И действительно, Андерсен, по-видимому, ставил перед собой недостижимую цель. Он неправильно прочитал балладу, в которой столкновение человека со сверхъестественным магическим существом, традиционно заканчивающееся несчастьем, представлено в комическом, пародийном духе.

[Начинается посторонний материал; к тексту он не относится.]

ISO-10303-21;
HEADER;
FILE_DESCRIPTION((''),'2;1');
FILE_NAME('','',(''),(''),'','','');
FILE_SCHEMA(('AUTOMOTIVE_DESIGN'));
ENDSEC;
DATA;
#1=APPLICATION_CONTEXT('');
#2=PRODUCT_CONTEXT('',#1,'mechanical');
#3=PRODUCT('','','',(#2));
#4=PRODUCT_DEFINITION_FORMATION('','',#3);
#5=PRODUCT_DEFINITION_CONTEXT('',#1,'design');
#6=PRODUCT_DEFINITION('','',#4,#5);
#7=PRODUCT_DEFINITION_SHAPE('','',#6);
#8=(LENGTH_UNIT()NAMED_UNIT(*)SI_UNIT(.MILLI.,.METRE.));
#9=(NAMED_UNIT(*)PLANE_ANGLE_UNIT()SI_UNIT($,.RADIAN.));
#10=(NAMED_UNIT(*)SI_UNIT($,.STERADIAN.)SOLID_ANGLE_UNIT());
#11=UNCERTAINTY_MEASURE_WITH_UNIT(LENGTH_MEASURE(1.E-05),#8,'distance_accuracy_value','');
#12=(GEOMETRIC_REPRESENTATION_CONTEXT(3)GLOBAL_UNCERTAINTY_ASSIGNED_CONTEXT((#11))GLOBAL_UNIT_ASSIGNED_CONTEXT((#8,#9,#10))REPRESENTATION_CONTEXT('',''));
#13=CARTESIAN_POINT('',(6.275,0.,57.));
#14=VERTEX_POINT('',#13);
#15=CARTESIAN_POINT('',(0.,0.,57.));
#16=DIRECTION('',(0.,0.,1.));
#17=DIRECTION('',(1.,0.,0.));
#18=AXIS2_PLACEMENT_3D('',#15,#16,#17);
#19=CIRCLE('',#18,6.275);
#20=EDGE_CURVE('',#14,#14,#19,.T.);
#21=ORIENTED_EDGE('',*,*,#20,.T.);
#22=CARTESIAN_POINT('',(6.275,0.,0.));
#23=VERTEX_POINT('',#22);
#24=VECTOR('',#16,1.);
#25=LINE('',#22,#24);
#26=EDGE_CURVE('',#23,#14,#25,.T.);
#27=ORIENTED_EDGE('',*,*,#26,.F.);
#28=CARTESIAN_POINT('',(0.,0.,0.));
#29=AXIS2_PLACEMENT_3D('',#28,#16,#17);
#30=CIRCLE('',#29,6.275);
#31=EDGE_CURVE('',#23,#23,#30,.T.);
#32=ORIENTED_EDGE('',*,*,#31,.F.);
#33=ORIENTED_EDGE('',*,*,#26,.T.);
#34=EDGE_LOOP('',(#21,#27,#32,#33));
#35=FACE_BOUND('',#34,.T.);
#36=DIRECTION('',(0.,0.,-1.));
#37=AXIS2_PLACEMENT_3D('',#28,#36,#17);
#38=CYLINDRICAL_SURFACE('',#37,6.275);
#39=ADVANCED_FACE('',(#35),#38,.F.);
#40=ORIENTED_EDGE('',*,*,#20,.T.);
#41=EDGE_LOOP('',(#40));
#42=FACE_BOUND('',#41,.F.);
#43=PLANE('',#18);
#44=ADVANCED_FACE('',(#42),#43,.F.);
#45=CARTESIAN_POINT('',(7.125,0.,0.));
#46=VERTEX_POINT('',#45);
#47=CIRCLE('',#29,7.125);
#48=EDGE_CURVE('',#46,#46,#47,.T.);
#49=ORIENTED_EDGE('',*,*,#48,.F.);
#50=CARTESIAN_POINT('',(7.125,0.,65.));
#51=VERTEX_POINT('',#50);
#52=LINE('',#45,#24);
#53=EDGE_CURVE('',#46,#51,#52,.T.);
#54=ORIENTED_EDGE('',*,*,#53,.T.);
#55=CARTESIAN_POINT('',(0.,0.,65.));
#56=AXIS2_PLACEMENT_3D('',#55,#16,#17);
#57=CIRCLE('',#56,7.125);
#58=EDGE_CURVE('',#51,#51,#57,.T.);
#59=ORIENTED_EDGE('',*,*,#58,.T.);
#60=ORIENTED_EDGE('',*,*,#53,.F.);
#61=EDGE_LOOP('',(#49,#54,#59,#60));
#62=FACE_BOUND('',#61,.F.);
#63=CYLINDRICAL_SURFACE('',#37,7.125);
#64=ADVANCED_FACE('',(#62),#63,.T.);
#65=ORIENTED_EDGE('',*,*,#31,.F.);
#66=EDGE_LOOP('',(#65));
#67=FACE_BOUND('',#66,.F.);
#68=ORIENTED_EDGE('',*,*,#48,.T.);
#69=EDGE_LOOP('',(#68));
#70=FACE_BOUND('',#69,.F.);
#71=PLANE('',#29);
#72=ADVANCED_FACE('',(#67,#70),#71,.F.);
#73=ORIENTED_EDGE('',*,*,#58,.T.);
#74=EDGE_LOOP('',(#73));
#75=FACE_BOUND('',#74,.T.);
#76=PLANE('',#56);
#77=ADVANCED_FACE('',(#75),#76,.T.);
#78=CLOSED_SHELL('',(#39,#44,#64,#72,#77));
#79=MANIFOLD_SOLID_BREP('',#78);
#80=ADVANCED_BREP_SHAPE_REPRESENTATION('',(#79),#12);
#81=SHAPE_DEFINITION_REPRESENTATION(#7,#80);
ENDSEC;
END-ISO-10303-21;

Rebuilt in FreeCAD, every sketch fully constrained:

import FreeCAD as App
import Part
import Sketcher

V = App.Vector

doc = App.newDocument("Part")
body = doc.addObject("PartDesign::Body", "Body")

# Sketch on XY plane
sketch1 = doc.addObject("Sketcher::SketchObject", "Sketch")
body.addObject(sketch1)
sketch1.AttachmentSupport = (doc.XY_Plane, [""])
sketch1.MapMode = "FlatFace"
sketch1.addGeometry(Part.Circle(V(0, 0, 0), V(0, 0, 1), 7.125), False)
sketch1.addConstraint([
    Sketcher.Constraint("Coincident", 0, 3, -1, 1),
    Sketcher.Constraint("Diameter", 0, 14.25),
])
pad1 = doc.addObject("PartDesign::Pad", "Pad")
body.addObject(pad1)
pad1.Profile = sketch1
pad1.Length = 65

# Sketch on XY plane
sketch2 = doc.addObject("Sketcher::SketchObject", "Sketch001")
body.addObject(sketch2)
sketch2.AttachmentSupport = (doc.XY_Plane, [""])
sketch2.MapMode = "FlatFace"
sketch2.addGeometry(Part.Circle(V(0, 0, 0), V(0, 0, 1), 6.275), False)
sketch2.addConstraint([
    Sketcher.Constraint("Coincident", 0, 3, -1, 1),
    Sketcher.Constraint("Diameter", 0, 12.55),
])
pocket1 = doc.addObject("PartDesign::Pocket", "Pocket")
body.addObject(pocket1)
pocket1.Profile = sketch2
pocket1.Length = 57
pocket1.Reversed = True

doc.recompute()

Потерпевшей и вызывающей сочувствие стороной в ней представлен Водяной, воплощение грозных магических сил, выглядящий комично. Таким образом, шуточную балладу он хотел переделать в стихотворную драму серьезного и трагического звучания, что и предопределило ее неудачность.

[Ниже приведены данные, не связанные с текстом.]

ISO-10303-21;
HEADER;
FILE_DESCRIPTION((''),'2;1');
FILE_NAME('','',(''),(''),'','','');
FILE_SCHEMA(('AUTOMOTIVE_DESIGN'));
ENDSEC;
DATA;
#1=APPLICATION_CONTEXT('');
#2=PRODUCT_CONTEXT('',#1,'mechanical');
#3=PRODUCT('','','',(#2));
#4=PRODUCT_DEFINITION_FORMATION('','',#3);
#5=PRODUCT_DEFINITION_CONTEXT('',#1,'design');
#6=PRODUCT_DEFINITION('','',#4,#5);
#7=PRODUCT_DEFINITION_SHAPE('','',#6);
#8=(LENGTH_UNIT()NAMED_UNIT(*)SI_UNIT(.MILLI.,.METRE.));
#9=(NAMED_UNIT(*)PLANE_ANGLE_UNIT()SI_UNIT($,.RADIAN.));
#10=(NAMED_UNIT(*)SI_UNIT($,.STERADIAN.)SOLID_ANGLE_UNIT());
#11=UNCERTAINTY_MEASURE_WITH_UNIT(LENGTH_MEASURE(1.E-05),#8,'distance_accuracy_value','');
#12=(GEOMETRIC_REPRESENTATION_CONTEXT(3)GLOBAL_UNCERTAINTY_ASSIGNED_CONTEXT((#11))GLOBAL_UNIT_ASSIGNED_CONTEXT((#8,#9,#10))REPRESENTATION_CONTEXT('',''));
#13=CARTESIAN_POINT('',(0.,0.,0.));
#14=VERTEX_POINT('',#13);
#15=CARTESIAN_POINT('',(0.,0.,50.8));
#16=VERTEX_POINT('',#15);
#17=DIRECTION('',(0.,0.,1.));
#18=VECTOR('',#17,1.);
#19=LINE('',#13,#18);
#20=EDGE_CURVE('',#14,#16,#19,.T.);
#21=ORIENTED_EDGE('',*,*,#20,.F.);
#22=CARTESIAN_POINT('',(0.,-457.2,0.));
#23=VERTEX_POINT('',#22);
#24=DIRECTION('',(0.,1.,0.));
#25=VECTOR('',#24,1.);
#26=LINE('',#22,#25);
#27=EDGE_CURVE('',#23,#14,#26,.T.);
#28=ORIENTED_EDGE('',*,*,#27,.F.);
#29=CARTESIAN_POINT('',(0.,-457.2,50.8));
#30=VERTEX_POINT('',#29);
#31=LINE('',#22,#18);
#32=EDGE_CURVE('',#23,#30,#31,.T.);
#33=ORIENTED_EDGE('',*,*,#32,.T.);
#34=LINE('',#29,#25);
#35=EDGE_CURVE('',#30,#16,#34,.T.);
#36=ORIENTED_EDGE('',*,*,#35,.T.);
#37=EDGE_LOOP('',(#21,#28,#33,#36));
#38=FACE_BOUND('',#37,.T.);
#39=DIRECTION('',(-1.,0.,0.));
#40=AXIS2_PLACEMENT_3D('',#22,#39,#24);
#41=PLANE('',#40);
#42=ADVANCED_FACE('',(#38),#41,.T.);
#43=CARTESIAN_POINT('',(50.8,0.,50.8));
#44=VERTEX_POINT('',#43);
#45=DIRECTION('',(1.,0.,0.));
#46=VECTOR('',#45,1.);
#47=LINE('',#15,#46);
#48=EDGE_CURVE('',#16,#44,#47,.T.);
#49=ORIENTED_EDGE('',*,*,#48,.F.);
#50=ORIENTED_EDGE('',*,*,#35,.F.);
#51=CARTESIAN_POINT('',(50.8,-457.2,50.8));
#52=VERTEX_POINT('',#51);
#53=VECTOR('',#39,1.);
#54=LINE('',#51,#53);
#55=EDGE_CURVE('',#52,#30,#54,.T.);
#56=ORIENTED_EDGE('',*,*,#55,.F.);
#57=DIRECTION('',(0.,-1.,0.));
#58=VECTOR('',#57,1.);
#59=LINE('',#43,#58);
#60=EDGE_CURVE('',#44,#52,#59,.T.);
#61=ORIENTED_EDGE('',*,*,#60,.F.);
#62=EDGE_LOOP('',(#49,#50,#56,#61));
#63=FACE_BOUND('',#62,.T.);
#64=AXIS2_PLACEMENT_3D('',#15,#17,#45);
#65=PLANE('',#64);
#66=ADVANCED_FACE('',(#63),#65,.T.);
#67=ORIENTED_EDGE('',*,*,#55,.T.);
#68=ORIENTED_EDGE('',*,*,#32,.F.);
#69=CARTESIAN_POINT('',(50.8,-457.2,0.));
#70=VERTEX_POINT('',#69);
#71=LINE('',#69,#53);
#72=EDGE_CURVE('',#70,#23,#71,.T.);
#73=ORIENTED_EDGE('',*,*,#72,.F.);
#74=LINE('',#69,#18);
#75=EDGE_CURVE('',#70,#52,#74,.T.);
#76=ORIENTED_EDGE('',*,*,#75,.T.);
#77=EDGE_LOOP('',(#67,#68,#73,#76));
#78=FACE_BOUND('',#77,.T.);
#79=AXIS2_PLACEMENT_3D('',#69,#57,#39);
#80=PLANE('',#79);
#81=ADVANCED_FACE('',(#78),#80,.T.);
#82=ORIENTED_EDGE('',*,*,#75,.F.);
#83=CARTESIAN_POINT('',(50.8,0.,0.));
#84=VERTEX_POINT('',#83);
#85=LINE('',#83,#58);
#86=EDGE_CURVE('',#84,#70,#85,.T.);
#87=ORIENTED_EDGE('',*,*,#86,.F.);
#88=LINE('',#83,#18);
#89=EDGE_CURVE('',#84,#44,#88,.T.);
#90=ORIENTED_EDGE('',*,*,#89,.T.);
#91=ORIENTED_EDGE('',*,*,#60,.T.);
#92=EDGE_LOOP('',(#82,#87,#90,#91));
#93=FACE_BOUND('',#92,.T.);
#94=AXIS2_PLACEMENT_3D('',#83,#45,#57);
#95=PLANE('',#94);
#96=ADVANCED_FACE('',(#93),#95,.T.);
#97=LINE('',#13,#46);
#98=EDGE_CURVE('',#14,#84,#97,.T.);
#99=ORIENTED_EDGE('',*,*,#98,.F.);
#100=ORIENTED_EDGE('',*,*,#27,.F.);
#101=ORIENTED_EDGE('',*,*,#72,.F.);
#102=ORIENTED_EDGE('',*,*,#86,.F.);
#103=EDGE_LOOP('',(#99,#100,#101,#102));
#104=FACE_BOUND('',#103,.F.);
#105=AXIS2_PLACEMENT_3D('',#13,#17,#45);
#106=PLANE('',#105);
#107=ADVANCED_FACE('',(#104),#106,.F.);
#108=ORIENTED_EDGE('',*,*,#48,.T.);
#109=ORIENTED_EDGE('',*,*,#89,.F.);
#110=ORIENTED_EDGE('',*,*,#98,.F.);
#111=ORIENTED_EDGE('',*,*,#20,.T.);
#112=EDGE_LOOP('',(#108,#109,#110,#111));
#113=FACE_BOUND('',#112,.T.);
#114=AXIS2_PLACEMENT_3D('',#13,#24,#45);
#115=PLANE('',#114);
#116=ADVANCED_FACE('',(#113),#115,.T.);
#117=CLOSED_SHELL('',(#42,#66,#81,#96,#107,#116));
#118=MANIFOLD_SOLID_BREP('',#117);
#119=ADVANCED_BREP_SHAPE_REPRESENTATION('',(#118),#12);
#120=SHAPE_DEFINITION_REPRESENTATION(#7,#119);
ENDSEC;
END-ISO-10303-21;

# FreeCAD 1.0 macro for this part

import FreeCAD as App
import Part
import Sketcher

V = App.Vector
Q = App.Units.Quantity

doc = App.newDocument("Part")
body = doc.addObject("PartDesign::Body", "Body")

# Sketch on XY plane
sketch1 = body.newObject("Sketcher::SketchObject", "Sketch")
sketch1.AttachmentSupport = (doc.getObject("XY_Plane"), [""])
sketch1.MapMode = "FlatFace"
sketch1.addGeometry(Part.LineSegment(V(51, 0, 0), V(0, 0, 0)), False)
sketch1.addGeometry(Part.LineSegment(V(0, 0, 0), V(0, -457, 0)), False)
sketch1.addGeometry(Part.LineSegment(V(0, -457, 0), V(51, -457, 0)), False)
sketch1.addGeometry(Part.LineSegment(V(51, -457, 0), V(51, 0, 0)), False)
sketch1.addConstraint(Sketcher.Constraint("Coincident", 0, 2, 1, 1))
sketch1.addConstraint(Sketcher.Constraint("Coincident", 1, 2, 2, 1))
sketch1.addConstraint(Sketcher.Constraint("Coincident", 2, 2, 3, 1))
sketch1.addConstraint(Sketcher.Constraint("Coincident", 3, 2, 0, 1))
sketch1.addConstraint(Sketcher.Constraint("Horizontal", 0))
sketch1.addConstraint(Sketcher.Constraint("Vertical", 1))
sketch1.addConstraint(Sketcher.Constraint("Horizontal", 2))
sketch1.addConstraint(Sketcher.Constraint("Vertical", 3))
sketch1.addConstraint(Sketcher.Constraint("Coincident", 0, 2, -1, 1))
sketch1.addConstraint(Sketcher.Constraint("DistanceX", 0, 2, 0, 1, Q("2 in")))
sketch1.addConstraint(Sketcher.Constraint("DistanceY", 1, 2, 1, 1, Q("18 in")))
pad1 = body.newObject("PartDesign::Pad", "Pad")
pad1.Profile = sketch1
pad1.Length = Q("2 in")

doc.recompute()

Наступившее вскоре Рождество Андерсен встретил в большой компании датских, норвежских и шведских писателей и художников на вилле Боргезе, в домике, расположенном у амфитеатра в саду, у заменявшего елку апельсинового деревца. Он специально сочинил для праздника исполненную хором «Скандинавскую рождественскую песню», воспевающую дружбу и единство скандинавов:
В песне воздавалась хвала шведскому и датскому монархам:
что было в те времена «политически некорректно»: в Дании еще жили отголоски многовековой вражды между королевствами, окончательно умолкнушие лишь в 1850-1860-е годы, во времена военного конфликта Дании с Пруссией и Австрией из-за Шлезвига и Гольштейна, когда умами датчан, норвежцев и шведов владело течение «скандинавизма» — культурного и политического единства стран Скандинавии. Некоторые участники праздника немного поколебались, прежде чем присоединиться к хору; в Дании вольномыслие Андерсена («воспевание шведской короны за датские деньги») также вызвало нарекания.

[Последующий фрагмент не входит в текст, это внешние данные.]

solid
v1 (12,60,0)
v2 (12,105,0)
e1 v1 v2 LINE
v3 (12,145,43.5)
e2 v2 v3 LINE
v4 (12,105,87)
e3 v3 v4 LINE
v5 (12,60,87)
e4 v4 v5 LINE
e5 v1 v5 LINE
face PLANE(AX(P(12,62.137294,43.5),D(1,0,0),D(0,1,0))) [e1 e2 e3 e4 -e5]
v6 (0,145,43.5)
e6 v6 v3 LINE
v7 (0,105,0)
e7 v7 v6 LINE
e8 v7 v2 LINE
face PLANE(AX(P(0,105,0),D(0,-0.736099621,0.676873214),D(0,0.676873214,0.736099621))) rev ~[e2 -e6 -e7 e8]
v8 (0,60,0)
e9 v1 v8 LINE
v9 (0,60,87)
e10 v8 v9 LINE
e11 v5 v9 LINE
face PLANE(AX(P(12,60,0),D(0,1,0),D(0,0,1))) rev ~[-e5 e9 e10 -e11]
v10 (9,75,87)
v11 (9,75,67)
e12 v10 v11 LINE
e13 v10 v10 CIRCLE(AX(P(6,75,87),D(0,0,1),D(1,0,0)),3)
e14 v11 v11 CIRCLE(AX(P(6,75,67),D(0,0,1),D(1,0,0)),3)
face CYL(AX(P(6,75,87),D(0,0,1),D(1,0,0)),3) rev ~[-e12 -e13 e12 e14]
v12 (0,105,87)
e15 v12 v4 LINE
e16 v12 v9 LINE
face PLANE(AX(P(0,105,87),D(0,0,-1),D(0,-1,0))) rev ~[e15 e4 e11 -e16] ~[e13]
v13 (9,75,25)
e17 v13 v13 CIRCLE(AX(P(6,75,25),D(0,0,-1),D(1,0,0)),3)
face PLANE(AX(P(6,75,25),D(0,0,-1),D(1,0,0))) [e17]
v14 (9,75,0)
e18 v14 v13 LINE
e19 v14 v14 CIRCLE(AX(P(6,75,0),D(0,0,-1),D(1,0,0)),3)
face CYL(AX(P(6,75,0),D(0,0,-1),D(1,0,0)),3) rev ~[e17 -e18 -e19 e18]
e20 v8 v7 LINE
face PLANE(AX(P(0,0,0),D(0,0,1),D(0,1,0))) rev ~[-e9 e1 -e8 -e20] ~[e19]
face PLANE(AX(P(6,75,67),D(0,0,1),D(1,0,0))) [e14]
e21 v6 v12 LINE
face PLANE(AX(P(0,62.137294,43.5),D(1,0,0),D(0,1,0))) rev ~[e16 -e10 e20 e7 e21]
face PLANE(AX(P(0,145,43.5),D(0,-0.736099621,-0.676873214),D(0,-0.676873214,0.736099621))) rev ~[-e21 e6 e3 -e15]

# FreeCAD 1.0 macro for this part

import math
import FreeCAD as App
import Part
import Sketcher
from FreeCAD import Vector


def add_polygon(sketch, points):
    """Adds a closed chain of lines whose ends are joined by coincident constraints."""
    first, n = sketch.GeometryCount, len(points)
    for a, b in zip(points, points[1:] + points[:1]):
        sketch.addGeometry(Part.LineSegment(App.Vector(*a, 0), App.Vector(*b, 0)), False)
    for i in range(n):
        sketch.addConstraint(Sketcher.Constraint("Coincident", first + i, 2, first + (i + 1) % n, 1))

doc = App.newDocument("Part")
body = doc.addObject("PartDesign::Body", "Body")

sketch1 = body.newObject("Sketcher::SketchObject", "Sketch")
sketch1.AttachmentSupport = (doc.getObject("YZ_Plane"), [""])
sketch1.MapMode = "FlatFace"
add_polygon(sketch1, [(0, 87), (0, 0), (105, 0), (145, 44), (105, 87)])
sketch1.addConstraint([
    Sketcher.Constraint("Vertical", 0),
    Sketcher.Constraint("Horizontal", 1),
    Sketcher.Constraint("Horizontal", 4),
    Sketcher.Constraint("Coincident", 0, 2, -1, 1),
    Sketcher.Constraint("Vertical", 1, 2, 3, 2),
    Sketcher.Constraint("Equal", 2, 3),
    Sketcher.Constraint("DistanceX", 1, 1, 1, 2, 105.0),
    Sketcher.Constraint("DistanceY", 0, 2, 0, 1, 87.0),
    Sketcher.Constraint("DistanceX", -1, 1, 2, 2, 145.0),
])
pad1 = body.newObject("PartDesign::Pad", "Pad")
pad1.Profile = sketch1
pad1.Length = 12

sketch2 = body.newObject("Sketcher::SketchObject", "Sketch001")
sketch2.AttachmentSupport = (doc.getObject("XY_Plane"), [""])
sketch2.MapMode = "FlatFace"
sketch2.AttachmentOffset = App.Placement(Vector(0, 0, 87), App.Rotation())
sketch2.addGeometry([
    Part.Circle(Vector(6, 15, 0), Vector(0, 0, 1), 3),
    Part.Circle(Vector(6, 45, 0), Vector(0, 0, 1), 3),
    Part.Circle(Vector(6, 75, 0), Vector(0, 0, 1), 3),
], False)
sketch2.addConstraint([
    Sketcher.Constraint("Equal", 0, 1),
    Sketcher.Constraint("Equal", 1, 2),
    Sketcher.Constraint("Vertical", 0, 3, 1, 3),
    Sketcher.Constraint("Vertical", 1, 3, 2, 3),
    Sketcher.Constraint("Diameter", 0, 6.0),
    Sketcher.Constraint("DistanceX", -1, 1, 0, 3, 6.0),
    Sketcher.Constraint("DistanceY", -1, 1, 0, 3, 15.0),
    Sketcher.Constraint("DistanceY", -1, 1, 1, 3, 45.0),
    Sketcher.Constraint("DistanceY", -1, 1, 2, 3, 75.0),
])
pocket1 = body.newObject("PartDesign::Pocket", "Pocket")
pocket1.Profile = sketch2
pocket1.Length = 20

sketch3 = body.newObject("Sketcher::SketchObject", "Sketch002")
sketch3.AttachmentSupport = (doc.getObject("XY_Plane"), [""])
sketch3.MapMode = "FlatFace"
sketch3.addGeometry([
    Part.ArcOfCircle(Part.Circle(Vector(6, 15, 0), Vector(0, 0, 1), 3), math.radians(-90), math.radians(0)),
    Part.ArcOfCircle(Part.Circle(Vector(6, 15, 0), Vector(0, 0, 1), 3), math.radians(90), math.radians(270)),
    Part.ArcOfCircle(Part.Circle(Vector(6, 15, 0), Vector(0, 0, 1), 3), math.radians(0), math.radians(90)),
    Part.ArcOfCircle(Part.Circle(Vector(6, 45, 0), Vector(0, 0, 1), 3), math.radians(-90), math.radians(0)),
    Part.ArcOfCircle(Part.Circle(Vector(6, 45, 0), Vector(0, 0, 1), 3), math.radians(0), math.radians(270)),
    Part.Circle(Vector(6, 75, 0), Vector(0, 0, 1), 3),
], False)
sketch3.addConstraint([
    Sketcher.Constraint("Tangent", 0, 1, 1, 2),
    Sketcher.Constraint("Tangent", 1, 1, 2, 2),
    Sketcher.Constraint("Tangent", 2, 1, 0, 2),
    Sketcher.Constraint("Tangent", 3, 1, 4, 2),
    Sketcher.Constraint("Coincident", 4, 1, 3, 2),
    Sketcher.Constraint("Equal", 2, 3),
    Sketcher.Constraint("Equal", 4, 5),
    Sketcher.Constraint("Horizontal", 1, 3, 2, 1),
    Sketcher.Constraint("Horizontal", 3, 3, 4, 1),
    Sketcher.Constraint("Vertical", 2, 3, 3, 3),
    Sketcher.Constraint("Vertical", 4, 3, 5, 3),
    Sketcher.Constraint("Vertical", 5, 3, 0, 1),
    Sketcher.Constraint("Vertical", 0, 1, 1, 1),
    Sketcher.Constraint("Vertical", 1, 1, 3, 1),
    Sketcher.Constraint("Diameter", 5, 6.0),
    Sketcher.Constraint("DistanceX", -1, 1, 0, 3, 5.999999),
    Sketcher.Constraint("DistanceY", -1, 1, 0, 3, 15.000001),
    Sketcher.Constraint("DistanceY", -1, 1, 3, 3, 45.000001),
    Sketcher.Constraint("DistanceY", -1, 1, 5, 3, 75.0),
])
pocket2 = body.newObject("PartDesign::Pocket", "Pocket001")
pocket2.Profile = sketch3
pocket2.Length = 25
pocket2.Reversed = True

sketch4 = body.newObject("Sketcher::SketchObject", "Sketch003")
sketch4.AttachmentSupport = (doc.getObject("YZ_Plane"), [""])
sketch4.MapMode = "FlatFace"
sketch4.addGeometry([
    Part.Circle(Vector(6, 77, 0), Vector(0, 0, 1), 2),
    Part.Circle(Vector(6, 10, 0), Vector(0, 0, 1), 2),
], False)
sketch4.addConstraint([
    Sketcher.Constraint("Equal", 0, 1),
    Sketcher.Constraint("Vertical", 0, 3, 1, 3),
    Sketcher.Constraint("Diameter", 0, 4.0),
    Sketcher.Constraint("DistanceX", -1, 1, 0, 3, 6.0),
    Sketcher.Constraint("DistanceY", -1, 1, 0, 3, 77.0),
    Sketcher.Constraint("DistanceY", -1, 1, 1, 3, 10.0),
])
pocket3 = body.newObject("PartDesign::Pocket", "Pocket002")
pocket3.Profile = sketch4
pocket3.Length = 25
pocket3.Reversed = True

sketch5 = body.newObject("Sketcher::SketchObject", "Sketch004")
sketch5.AttachmentSupport = (doc.getObject("YZ_Plane"), [""])
sketch5.MapMode = "FlatFace"
sketch5.AttachmentOffset = App.Placement(Vector(0, 0, 12), App.Rotation())
add_polygon(sketch5, [(0, 87), (0, 0), (60, 0), (60, 87)])
sketch5.addConstraint([
    Sketcher.Constraint("Vertical", 0),
    Sketcher.Constraint("Horizontal", 1),
    Sketcher.Constraint("Vertical", 2),
    Sketcher.Constraint("Horizontal", 3),
    Sketcher.Constraint("Coincident", 0, 2, -1, 1),
    Sketcher.Constraint("DistanceX", 1, 1, 1, 2, 60.0),
    Sketcher.Constraint("DistanceY", 0, 2, 0, 1, 87.0),
])
pocket4 = body.newObject("PartDesign::Pocket", "Pocket003")
pocket4.Profile = sketch5
pocket4.Length = 25

doc.recompute()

12 февраля, сразу после недельного римского карнавала, Андерсен вместе с Херцем и еще одним приятелем отправились на юг Италии, в Неаполь, где как раз в это время происходило извержение Везувия. По-видимому, не вполне сознавая, насколько это опасно, датчане совершают восхождение на вулкан. Сначала они идут по колено в пепле, а затем, ступая по застывшей и еще горячей корке лавы, пробираются ближе к ее эффектно изливающимся потокам. «Я ощущал небывалый восторг и прилив сил, напевал какой-то мотив из Вайсе и был первым, кто взобрался на гору» [136].
Через несколько дней Андерсен с друзьями посетили Помпеи и греческие храмы в Пестуме. «Здесь я увидел слепую нищенку, почти девочку, одетую в лохмотья, но дивную красавицу. Это было живое воплощение богини красоты… Она произвела на меня такое сильное впечатление, что я даже не посмел подать ей милостыню, а только стоял и смотрел на нее с каким-то благоговением, как на богиню того храма, у входа в который она сидела» [137]. Чуть позже Андерсен вместе с Херцем посетил остров Капри, где 6 марта 1834 года (отметим в памяти эту дату!) они побывали в Голубом гроте, открытом за три года до этого двумя немецкими художниками, отважившимися во время отлива проникнуть в него.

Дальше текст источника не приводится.